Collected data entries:
------------------------------------------------------------

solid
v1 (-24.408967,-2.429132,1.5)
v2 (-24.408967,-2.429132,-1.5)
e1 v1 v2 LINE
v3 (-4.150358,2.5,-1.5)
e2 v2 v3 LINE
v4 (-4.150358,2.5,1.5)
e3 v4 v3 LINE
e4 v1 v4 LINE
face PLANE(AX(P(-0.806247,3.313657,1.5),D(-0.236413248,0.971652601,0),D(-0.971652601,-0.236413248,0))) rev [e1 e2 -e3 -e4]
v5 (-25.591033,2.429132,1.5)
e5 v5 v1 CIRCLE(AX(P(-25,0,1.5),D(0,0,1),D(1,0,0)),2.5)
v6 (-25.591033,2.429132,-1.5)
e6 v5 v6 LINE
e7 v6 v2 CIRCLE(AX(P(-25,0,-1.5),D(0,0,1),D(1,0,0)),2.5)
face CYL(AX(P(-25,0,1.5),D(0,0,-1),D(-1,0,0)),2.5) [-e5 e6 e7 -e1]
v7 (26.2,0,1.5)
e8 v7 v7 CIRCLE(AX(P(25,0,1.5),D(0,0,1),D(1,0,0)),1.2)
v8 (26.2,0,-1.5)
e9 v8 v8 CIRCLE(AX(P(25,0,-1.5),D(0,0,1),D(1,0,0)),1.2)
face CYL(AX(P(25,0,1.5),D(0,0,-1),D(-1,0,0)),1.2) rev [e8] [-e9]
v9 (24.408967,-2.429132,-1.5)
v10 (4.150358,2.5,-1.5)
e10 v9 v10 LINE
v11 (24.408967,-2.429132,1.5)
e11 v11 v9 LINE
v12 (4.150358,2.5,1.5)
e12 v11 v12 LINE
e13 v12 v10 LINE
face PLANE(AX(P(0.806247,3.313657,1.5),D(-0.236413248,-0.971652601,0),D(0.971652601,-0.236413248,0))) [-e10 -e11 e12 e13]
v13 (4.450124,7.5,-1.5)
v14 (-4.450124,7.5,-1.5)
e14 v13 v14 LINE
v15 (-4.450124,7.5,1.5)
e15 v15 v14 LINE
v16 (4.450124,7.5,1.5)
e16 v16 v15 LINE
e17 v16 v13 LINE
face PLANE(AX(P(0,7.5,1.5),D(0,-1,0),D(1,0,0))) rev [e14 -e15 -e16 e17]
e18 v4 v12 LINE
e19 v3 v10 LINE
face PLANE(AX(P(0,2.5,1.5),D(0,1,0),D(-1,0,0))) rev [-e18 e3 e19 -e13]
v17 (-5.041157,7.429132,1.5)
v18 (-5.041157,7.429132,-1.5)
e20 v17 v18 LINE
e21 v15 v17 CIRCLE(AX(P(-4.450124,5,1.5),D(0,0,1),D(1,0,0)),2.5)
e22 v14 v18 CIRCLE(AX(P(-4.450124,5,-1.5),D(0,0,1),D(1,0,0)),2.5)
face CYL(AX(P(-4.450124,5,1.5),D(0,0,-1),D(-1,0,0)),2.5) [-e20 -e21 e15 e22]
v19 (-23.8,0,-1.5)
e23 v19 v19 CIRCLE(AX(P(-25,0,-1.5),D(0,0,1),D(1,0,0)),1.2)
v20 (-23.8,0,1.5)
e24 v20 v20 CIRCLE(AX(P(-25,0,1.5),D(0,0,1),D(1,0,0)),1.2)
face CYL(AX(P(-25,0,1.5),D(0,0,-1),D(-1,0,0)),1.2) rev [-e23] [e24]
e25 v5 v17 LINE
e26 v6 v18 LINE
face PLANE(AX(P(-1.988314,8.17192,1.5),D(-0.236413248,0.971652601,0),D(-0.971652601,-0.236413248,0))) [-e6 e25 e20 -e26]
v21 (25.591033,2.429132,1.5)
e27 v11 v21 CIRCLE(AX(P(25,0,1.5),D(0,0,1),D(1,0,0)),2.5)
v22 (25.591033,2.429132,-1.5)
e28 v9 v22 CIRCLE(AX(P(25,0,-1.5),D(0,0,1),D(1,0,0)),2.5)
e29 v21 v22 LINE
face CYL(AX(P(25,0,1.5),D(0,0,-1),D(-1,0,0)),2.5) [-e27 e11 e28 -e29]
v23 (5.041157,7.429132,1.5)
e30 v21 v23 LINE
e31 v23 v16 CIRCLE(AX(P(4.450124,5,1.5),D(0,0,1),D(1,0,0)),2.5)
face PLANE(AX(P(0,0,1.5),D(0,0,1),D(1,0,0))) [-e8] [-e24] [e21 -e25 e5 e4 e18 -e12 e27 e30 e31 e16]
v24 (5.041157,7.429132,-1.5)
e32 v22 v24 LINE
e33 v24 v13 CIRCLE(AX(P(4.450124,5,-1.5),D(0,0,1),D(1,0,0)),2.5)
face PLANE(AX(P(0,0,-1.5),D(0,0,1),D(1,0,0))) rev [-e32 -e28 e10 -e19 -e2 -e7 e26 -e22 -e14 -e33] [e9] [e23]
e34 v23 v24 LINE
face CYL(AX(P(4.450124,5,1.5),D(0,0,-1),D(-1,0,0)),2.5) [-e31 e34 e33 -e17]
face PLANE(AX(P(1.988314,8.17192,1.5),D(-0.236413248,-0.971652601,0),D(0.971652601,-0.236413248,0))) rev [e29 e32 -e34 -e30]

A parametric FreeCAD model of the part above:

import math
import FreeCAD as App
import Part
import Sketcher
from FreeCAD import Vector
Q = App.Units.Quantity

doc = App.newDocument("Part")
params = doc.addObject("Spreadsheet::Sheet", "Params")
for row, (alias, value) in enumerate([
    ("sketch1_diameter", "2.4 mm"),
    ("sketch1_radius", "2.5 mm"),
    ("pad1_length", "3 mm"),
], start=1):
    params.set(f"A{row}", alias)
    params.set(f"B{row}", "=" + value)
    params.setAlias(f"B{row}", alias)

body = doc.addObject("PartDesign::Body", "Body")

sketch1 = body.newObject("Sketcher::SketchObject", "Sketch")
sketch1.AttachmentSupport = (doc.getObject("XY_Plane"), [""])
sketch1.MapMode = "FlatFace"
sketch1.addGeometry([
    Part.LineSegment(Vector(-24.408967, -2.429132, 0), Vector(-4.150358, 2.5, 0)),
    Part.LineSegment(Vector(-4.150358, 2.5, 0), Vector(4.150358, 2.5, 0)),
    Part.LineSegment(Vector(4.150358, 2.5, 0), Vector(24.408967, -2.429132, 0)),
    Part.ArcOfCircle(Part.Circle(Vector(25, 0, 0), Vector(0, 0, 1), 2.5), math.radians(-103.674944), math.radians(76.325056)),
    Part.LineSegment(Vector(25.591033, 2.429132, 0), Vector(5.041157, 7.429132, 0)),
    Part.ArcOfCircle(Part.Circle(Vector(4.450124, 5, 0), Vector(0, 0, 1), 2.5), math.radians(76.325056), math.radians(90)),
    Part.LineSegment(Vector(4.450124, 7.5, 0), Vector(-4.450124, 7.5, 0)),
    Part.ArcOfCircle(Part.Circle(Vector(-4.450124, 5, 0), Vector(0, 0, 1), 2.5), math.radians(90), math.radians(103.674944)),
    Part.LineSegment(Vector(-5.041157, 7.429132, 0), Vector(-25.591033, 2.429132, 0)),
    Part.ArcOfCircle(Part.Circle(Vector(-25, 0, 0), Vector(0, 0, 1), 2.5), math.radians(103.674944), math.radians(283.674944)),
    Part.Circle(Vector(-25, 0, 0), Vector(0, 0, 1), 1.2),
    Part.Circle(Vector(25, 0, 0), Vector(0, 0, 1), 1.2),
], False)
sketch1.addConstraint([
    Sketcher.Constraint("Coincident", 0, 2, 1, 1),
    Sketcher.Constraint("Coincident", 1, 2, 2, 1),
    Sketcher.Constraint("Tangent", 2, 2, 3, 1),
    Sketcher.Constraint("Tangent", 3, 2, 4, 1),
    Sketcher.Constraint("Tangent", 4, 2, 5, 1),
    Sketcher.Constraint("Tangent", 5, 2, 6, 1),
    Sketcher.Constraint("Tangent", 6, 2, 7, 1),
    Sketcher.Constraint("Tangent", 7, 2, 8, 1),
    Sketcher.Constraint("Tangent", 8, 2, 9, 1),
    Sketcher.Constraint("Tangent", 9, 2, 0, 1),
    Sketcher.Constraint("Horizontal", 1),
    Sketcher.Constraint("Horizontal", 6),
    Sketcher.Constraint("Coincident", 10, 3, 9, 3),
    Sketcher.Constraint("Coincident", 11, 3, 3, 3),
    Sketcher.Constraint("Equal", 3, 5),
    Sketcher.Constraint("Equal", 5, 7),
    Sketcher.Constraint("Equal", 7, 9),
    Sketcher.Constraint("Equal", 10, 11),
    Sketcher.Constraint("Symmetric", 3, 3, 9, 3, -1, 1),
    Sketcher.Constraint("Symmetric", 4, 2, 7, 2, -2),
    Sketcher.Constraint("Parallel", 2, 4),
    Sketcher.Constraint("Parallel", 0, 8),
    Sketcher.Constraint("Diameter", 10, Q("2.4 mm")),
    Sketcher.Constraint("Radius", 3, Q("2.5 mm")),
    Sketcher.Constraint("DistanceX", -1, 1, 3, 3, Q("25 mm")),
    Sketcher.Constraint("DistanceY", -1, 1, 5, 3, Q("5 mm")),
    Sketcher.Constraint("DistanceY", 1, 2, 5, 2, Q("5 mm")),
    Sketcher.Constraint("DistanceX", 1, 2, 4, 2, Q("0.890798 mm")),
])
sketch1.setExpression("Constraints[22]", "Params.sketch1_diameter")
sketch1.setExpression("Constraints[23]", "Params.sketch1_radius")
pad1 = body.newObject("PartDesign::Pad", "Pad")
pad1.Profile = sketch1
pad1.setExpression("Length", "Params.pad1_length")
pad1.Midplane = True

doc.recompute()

------------------------------------------------------------

§ Problem requirements
Once you find the line with "e5 v5 v1 CIRCLE(AX(P(-25,0,1.5),D(0,0,1),D(1,0,0)),2.5)" above, print it and every line after it up to and including the line with "e13 v12 v10 LINE", exactly as written and nothing else.

§ Answer section
e5 v5 v1 CIRCLE(AX(P(-25,0,1.5),D(0,0,1),D(1,0,0)),2.5)
v6 (-25.591033,2.429132,-1.5)
e6 v5 v6 LINE
e7 v6 v2 CIRCLE(AX(P(-25,0,-1.5),D(0,0,1),D(1,0,0)),2.5)
face CYL(AX(P(-25,0,1.5),D(0,0,-1),D(-1,0,0)),2.5) [-e5 e6 e7 -e1]
v7 (26.2,0,1.5)
e8 v7 v7 CIRCLE(AX(P(25,0,1.5),D(0,0,1),D(1,0,0)),1.2)
v8 (26.2,0,-1.5)
e9 v8 v8 CIRCLE(AX(P(25,0,-1.5),D(0,0,1),D(1,0,0)),1.2)
face CYL(AX(P(25,0,1.5),D(0,0,-1),D(-1,0,0)),1.2) rev [e8] [-e9]
v9 (24.408967,-2.429132,-1.5)
v10 (4.150358,2.5,-1.5)
e10 v9 v10 LINE
v11 (24.408967,-2.429132,1.5)
e11 v11 v9 LINE
v12 (4.150358,2.5,1.5)
e12 v11 v12 LINE
e13 v12 v10 LINE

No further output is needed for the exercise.